Отец вытаращил глаза.
– Ты шутишь? Неужели я должен тебе говорить, что порядочные люди такими причинами не руководствуются? Вот я… ну ладно… вот ты на ее месте сделал бы то же, что она?
– Не знаю… Честное слово, мне трудно представить себя на чьем-то месте, кроме своего собственного. Вероятно, нет. Но почему я должен осуждать Лотту за то, что она поступила по-своему, а не по-моему? Я и мои поступки – это что, абсолют? Нравственный императив Иммануила Канта? Ты вспомни о Петре, который трижды – трижды! – отрекся от Господа. А разве Господь после всего этого не вручил Петру ключи от рая? Знаешь, если я в состоянии простить, то мне легче простить и больше об этом не думать. Это для меня вопрос самоощущения, а не фактов. Я не юрист, у меня другая профессия.
– Демагог твоя профессия! – беззлобно сказал отец. Фредерик расхохотался. Ему снова удалось обставить в споре о морали своего высоконравственного младшего брата.
Загадка Клеми
…Когда я согласился написать эти воспоминания, профессор, я пообещал вам, что буду откровенен и правдив. До сих пор я ничего от вас не утаил. Но теперь я собираюсь ступить на скользкое поле домыслов и не знаю, стоит ли это делать. Любящие сын, муж, отец и дедушка в моем лице растерянно молчат. Однако логика исследования, в которое я втянулся, заставляет меня поделиться некоторыми умозаключениями. Это касается отношений Фредерика и моей матери.
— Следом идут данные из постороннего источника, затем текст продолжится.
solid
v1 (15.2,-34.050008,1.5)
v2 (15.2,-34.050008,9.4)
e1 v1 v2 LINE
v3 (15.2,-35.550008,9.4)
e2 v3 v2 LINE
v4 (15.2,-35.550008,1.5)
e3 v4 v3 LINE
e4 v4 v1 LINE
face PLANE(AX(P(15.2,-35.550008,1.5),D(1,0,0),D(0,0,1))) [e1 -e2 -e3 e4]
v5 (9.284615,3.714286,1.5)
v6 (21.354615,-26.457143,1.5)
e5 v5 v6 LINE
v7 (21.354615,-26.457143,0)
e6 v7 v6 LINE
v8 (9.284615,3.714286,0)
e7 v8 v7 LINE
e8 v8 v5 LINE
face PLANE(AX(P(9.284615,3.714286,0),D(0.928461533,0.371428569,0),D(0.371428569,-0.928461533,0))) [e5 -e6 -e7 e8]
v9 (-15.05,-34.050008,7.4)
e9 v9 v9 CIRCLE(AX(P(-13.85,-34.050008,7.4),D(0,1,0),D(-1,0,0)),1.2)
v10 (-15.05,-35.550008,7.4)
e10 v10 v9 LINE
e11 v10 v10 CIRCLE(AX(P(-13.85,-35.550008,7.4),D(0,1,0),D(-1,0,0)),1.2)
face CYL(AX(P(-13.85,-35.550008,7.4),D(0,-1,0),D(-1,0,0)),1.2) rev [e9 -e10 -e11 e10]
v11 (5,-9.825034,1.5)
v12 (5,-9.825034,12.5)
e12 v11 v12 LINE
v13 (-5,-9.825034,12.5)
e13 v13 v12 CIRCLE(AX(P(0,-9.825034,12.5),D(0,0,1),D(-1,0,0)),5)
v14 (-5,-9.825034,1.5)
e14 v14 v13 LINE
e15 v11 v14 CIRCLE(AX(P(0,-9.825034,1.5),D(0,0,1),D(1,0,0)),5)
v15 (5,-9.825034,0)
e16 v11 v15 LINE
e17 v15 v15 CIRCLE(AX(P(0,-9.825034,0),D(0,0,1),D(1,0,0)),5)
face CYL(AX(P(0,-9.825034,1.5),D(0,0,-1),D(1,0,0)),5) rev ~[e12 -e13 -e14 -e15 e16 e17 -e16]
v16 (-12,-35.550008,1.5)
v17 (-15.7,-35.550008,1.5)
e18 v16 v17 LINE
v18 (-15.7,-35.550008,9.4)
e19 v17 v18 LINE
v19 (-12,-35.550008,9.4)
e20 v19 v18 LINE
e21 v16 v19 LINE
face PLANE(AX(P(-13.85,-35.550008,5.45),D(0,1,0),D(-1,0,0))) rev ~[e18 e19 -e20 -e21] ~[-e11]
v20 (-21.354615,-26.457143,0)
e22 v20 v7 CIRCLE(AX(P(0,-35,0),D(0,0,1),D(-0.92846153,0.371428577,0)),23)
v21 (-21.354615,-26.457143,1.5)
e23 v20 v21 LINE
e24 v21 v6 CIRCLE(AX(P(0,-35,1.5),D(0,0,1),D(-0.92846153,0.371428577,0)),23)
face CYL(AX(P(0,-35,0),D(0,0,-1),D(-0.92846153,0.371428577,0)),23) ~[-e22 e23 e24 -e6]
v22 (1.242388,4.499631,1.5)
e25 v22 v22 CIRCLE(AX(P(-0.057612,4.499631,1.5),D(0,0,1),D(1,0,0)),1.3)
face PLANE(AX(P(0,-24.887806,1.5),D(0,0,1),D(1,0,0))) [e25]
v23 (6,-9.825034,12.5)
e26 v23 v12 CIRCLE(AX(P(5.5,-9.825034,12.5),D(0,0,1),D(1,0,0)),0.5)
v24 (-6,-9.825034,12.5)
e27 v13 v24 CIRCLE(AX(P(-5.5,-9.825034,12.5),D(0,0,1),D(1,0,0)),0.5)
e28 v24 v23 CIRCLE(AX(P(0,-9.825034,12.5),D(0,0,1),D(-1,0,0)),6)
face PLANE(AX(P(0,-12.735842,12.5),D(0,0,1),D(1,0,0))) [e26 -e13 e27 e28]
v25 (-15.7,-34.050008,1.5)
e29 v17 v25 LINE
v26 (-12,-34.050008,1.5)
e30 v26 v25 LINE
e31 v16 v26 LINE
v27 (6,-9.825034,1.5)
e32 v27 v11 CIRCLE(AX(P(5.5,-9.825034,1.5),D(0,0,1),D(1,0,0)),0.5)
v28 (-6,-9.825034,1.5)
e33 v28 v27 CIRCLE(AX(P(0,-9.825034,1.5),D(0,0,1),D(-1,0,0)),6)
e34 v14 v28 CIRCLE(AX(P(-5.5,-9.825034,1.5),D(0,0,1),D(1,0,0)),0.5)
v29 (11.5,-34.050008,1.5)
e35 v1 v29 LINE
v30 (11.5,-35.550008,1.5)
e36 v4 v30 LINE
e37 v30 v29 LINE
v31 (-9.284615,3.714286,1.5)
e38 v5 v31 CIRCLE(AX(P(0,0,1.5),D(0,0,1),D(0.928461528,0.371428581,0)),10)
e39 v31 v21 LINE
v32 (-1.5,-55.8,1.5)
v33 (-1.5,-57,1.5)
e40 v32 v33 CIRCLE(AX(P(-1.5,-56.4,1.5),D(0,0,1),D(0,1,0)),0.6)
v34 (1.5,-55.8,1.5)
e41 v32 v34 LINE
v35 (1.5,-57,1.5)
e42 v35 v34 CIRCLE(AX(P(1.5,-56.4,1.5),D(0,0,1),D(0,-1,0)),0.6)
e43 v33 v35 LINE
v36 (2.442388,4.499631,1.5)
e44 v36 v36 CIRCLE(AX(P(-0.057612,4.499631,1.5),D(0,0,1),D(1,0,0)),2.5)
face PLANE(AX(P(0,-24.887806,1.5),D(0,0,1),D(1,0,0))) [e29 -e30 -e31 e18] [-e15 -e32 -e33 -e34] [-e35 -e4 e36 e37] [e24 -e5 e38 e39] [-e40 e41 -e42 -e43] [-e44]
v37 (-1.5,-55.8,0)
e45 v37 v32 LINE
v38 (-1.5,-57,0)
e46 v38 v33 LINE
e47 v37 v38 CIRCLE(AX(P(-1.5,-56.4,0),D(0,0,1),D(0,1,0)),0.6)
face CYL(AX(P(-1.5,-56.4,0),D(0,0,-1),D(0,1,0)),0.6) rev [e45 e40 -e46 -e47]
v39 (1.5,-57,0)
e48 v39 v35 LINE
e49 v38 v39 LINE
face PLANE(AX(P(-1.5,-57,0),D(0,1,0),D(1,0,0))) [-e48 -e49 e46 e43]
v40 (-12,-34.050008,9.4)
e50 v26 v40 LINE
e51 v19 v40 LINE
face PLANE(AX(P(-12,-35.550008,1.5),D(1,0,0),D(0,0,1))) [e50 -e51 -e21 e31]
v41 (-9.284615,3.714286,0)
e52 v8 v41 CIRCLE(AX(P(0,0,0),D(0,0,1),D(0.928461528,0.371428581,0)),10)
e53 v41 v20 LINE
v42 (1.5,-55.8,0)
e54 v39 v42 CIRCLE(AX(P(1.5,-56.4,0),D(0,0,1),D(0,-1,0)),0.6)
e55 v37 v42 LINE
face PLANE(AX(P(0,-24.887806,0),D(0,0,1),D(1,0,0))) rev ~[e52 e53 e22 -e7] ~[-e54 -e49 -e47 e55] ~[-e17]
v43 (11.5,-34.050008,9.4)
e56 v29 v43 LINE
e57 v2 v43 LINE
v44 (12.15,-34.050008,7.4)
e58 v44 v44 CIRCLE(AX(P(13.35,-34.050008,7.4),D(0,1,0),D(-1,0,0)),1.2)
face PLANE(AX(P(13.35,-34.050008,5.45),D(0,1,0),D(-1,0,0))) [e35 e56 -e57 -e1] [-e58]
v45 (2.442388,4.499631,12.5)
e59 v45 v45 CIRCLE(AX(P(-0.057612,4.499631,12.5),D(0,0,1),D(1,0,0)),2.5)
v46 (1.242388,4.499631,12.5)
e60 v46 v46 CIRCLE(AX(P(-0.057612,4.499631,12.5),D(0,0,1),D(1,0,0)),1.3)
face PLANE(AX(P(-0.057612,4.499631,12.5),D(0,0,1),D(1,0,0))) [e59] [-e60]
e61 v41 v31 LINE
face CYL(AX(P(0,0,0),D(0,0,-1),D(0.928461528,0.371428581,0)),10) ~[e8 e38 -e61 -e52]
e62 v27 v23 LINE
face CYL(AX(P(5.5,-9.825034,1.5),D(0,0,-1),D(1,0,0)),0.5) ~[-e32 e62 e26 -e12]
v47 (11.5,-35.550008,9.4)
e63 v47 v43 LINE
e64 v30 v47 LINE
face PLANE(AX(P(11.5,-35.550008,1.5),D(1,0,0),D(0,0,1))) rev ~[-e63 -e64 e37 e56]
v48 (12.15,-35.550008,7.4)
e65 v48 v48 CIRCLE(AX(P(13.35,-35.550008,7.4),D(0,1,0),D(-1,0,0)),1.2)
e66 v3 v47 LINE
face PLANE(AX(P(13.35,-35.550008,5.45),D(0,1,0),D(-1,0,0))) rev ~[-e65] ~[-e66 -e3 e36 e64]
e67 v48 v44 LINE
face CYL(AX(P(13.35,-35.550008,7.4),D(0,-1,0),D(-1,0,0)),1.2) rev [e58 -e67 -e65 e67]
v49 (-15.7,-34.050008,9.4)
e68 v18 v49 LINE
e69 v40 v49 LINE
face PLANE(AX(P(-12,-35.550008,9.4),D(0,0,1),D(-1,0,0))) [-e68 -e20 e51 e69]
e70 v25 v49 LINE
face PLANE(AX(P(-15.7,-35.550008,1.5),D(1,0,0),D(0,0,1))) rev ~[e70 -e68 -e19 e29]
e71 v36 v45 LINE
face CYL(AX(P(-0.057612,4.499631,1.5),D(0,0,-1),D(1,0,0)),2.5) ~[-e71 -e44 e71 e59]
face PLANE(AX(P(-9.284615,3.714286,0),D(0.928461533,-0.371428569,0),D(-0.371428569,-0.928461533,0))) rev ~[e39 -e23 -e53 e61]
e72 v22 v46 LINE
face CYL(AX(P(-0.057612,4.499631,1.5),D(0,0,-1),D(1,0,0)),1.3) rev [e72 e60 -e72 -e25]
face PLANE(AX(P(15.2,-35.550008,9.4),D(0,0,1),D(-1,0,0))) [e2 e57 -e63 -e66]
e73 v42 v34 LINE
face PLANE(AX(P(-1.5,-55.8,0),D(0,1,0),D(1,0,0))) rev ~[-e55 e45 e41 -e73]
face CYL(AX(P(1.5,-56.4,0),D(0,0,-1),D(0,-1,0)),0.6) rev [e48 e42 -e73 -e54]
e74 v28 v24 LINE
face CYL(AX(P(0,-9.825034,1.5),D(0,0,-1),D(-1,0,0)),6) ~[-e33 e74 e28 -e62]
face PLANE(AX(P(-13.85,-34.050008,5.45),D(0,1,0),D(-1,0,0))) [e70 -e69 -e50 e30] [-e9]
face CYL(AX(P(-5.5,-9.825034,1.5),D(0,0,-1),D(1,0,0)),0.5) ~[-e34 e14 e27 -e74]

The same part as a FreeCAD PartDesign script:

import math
import FreeCAD as App
import Part
import Sketcher
from FreeCAD import Vector

doc = App.newDocument("Part")
body = doc.addObject("PartDesign::Body", "Body")

sketch1 = body.newObject("Sketcher::SketchObject", "Sketch")
sketch1.AttachmentSupport = (doc.getObject("XY_Plane"), [""])
sketch1.MapMode = "FlatFace"
sketch1.addGeometry([
    Part.ArcOfCircle(Part.Circle(Vector(0, 0, 0), Vector(0, 0, 1), 10), math.radians(22), math.radians(158)),
    Part.LineSegment(Vector(-9.3, 3.7, 0), Vector(-21.4, -26.5, 0)),
    Part.ArcOfCircle(Part.Circle(Vector(0, -35, 0), Vector(0, 0, 1), 23), math.radians(158), math.radians(382)),
    Part.LineSegment(Vector(21.4, -26.5, 0), Vector(9.3, 3.7, 0)),
    Part.ArcOfCircle(Part.Circle(Vector(-1.5, -56.4, 0), Vector(0, 0, 1), 0.6), math.radians(90), math.radians(270)),
    Part.LineSegment(Vector(-1.5, -55.8, 0), Vector(1.5, -55.8, 0)),
    Part.ArcOfCircle(Part.Circle(Vector(1.5, -56.4, 0), Vector(0, 0, 1), 0.6), math.radians(-90), math.radians(90)),
    Part.LineSegment(Vector(1.5, -57, 0), Vector(-1.5, -57, 0)),
], False)
sketch1.addConstraint([
    Sketcher.Constraint("Tangent", 0, 2, 1, 1),
    Sketcher.Constraint("Tangent", 1, 2, 2, 1),
    Sketcher.Constraint("Tangent", 2, 2, 3, 1),
    Sketcher.Constraint("Tangent", 3, 2, 0, 1),
    Sketcher.Constraint("Tangent", 4, 1, 5, 1),
    Sketcher.Constraint("Tangent", 5, 2, 6, 2),
    Sketcher.Constraint("Tangent", 6, 1, 7, 1),
    Sketcher.Constraint("Tangent", 7, 2, 4, 2),
    Sketcher.Constraint("Horizontal", 5),
    Sketcher.Constraint("Horizontal", 7),
    Sketcher.Constraint("Coincident", 0, 3, -1, 1),
    Sketcher.Constraint("PointOnObject", 2, 3, -2),
    Sketcher.Constraint("Radius", 0, 10.0),
    Sketcher.Constraint("Radius", 2, 23.0),
    Sketcher.Constraint("Radius", 4, 0.6),
    Sketcher.Constraint("DistanceX", 5, 1, 5, 2, 3.0),
    Sketcher.Constraint("DistanceY", 2, 3, -1, 1, 35.0),
    Sketcher.Constraint("DistanceY", 6, 1, -1, 1, 57.0),
    Sketcher.Constraint("DistanceX", 4, 3, -1, 1, 1.5),
])
pad1 = body.newObject("PartDesign::Pad", "Pad")
pad1.Profile = sketch1
pad1.Length = 1.5

sketch2 = body.newObject("Sketcher::SketchObject", "Sketch001")
sketch2.AttachmentSupport = (doc.getObject("XY_Plane"), [""])
sketch2.MapMode = "FlatFace"
sketch2.AttachmentOffset = App.Placement(Vector(0, 0, 1.5), App.Rotation())
sketch2.addGeometry([
    Part.Circle(Vector(-0.1, 4.5, 0), Vector(0, 0, 1), 2.5),
    Part.Circle(Vector(-0.1, 4.5, 0), Vector(0, 0, 1), 1.3),
], False)
sketch2.addConstraint([
    Sketcher.Constraint("Coincident", 1, 3, 0, 3),
    Sketcher.Constraint("Diameter", 0, 5.0),
    Sketcher.Constraint("Diameter", 1, 2.6),
    Sketcher.Constraint("DistanceX", 0, 3, -1, 1, 0.057612),
    Sketcher.Constraint("DistanceY", -1, 1, 0, 3, 4.499631),
])
pad2 = body.newObject("PartDesign::Pad", "Pad001")
pad2.Profile = sketch2
pad2.Length = 11

sketch3 = body.newObject("Sketcher::SketchObject", "Sketch002")
sketch3.AttachmentSupport = (doc.getObject("XY_Plane"), [""])
sketch3.MapMode = "FlatFace"
sketch3.AttachmentOffset = App.Placement(Vector(0, 0, 1.5), App.Rotation())
sketch3.addGeometry(Part.Circle(Vector(0, -10, 0), Vector(0, 0, 1), 5), False)
sketch3.addConstraint([
    Sketcher.Constraint("PointOnObject", 0, 3, -2),
    Sketcher.Constraint("Diameter", 0, 10.0),
    Sketcher.Constraint("DistanceY", 0, 3, -1, 1, 9.825034),
])
pocket1 = body.newObject("PartDesign::Pocket", "Pocket")
pocket1.Profile = sketch3
pocket1.Length = 5

sketch4 = body.newObject("Sketcher::SketchObject", "Sketch003")
sketch4.AttachmentSupport = (doc.getObject("XY_Plane"), [""])
sketch4.MapMode = "FlatFace"
sketch4.AttachmentOffset = App.Placement(Vector(0, 0, 1.5), App.Rotation())
sketch4.addGeometry([
    Part.ArcOfCircle(Part.Circle(Vector(0, -9.8, 0), Vector(0, 0, 1), 6), math.radians(180), math.radians(360)),
    Part.ArcOfCircle(Part.Circle(Vector(5.5, -9.8, 0), Vector(0, 0, 1), 0.5), math.radians(0), math.radians(180)),
    Part.ArcOfCircle(Part.Circle(Vector(0, -9.8, 0), Vector(0, 0, 1), 5), math.radians(180), math.radians(360)),
    Part.ArcOfCircle(Part.Circle(Vector(-5.5, -9.8, 0), Vector(0, 0, 1), 0.5), math.radians(0), math.radians(180)),
], False)
sketch4.addConstraint([
    Sketcher.Constraint("Tangent", 0, 2, 1, 1),
    Sketcher.Constraint("Tangent", 1, 2, 2, 2),
    Sketcher.Constraint("Tangent", 2, 1, 3, 1),
    Sketcher.Constraint("Tangent", 3, 2, 0, 1),
    Sketcher.Constraint("Coincident", 2, 3, 0, 3),
    Sketcher.Constraint("Symmetric", 1, 3, 3, 3, -2),
    Sketcher.Constraint("Horizontal", 0, 3, 1, 3),
    Sketcher.Constraint("Radius", 0, 6.0),
    Sketcher.Constraint("Radius", 2, 5.0),
    Sketcher.Constraint("DistanceY", 0, 3, -1, 1, 9.825034),
])
pad3 = body.newObject("PartDesign::Pad", "Pad002")
pad3.Profile = sketch4
pad3.Length = 11
doc.recompute()

mirrored = body.newObject("PartDesign::Mirrored", "Mirrored")
mirrored.Originals = [pad3]
mirrored.MirrorPlane = (doc.getObject("YZ_Plane"), [""])
body.Tip = mirrored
Я пытаюсь сложить два и два, и у меня получается, что после его возвращения во Францию они нечасто, но встречались.
Тут, конечно, не может быть прямых доказательств. И все же после того, как Фредерик расстался с Марцелой фон Гарденберг, и до конца его жизни ни одной женщины рядом с ним не было. Во всяком случае, самые дотошные биографы об этом ничего не знают. Даже его второе десятилетие в Коллеж де Франс, изученное вдоль и поперек, не проливает света на его личную жизнь. Замалчивать историкам там нечего. Как прежние, морально не вполне одобряемые факты его биографии легко просачивались наружу, так и здесь, я думаю, исследователи без труда отыскали бы и вытащили на свет любую тайну, если бы он относился к ней так же, как и к другим своим тайнам. В старости профессор Декарт был вполне откровенен с немногими избранными людьми, в том числе со мной. Но на эту тему он не произнес ни слова. Напрашивается вывод: либо в те годы он действительно был по каким-то причинам совершенно одинок, либо другие причины заставляли его тщательно скрывать свою возлюбленную.
Вопрос – почему именно эту любовь (если она у него была) он так искусно прятал и ни словом, ни поступком (может быть, только – отчасти – самым последним!) не выдал себя в течение двадцати пяти лет? Моя мать идеально подходит на роль его поздней любви и тайной музы, честь которой он оберегал во много раз ревностнее, чем свою собственную.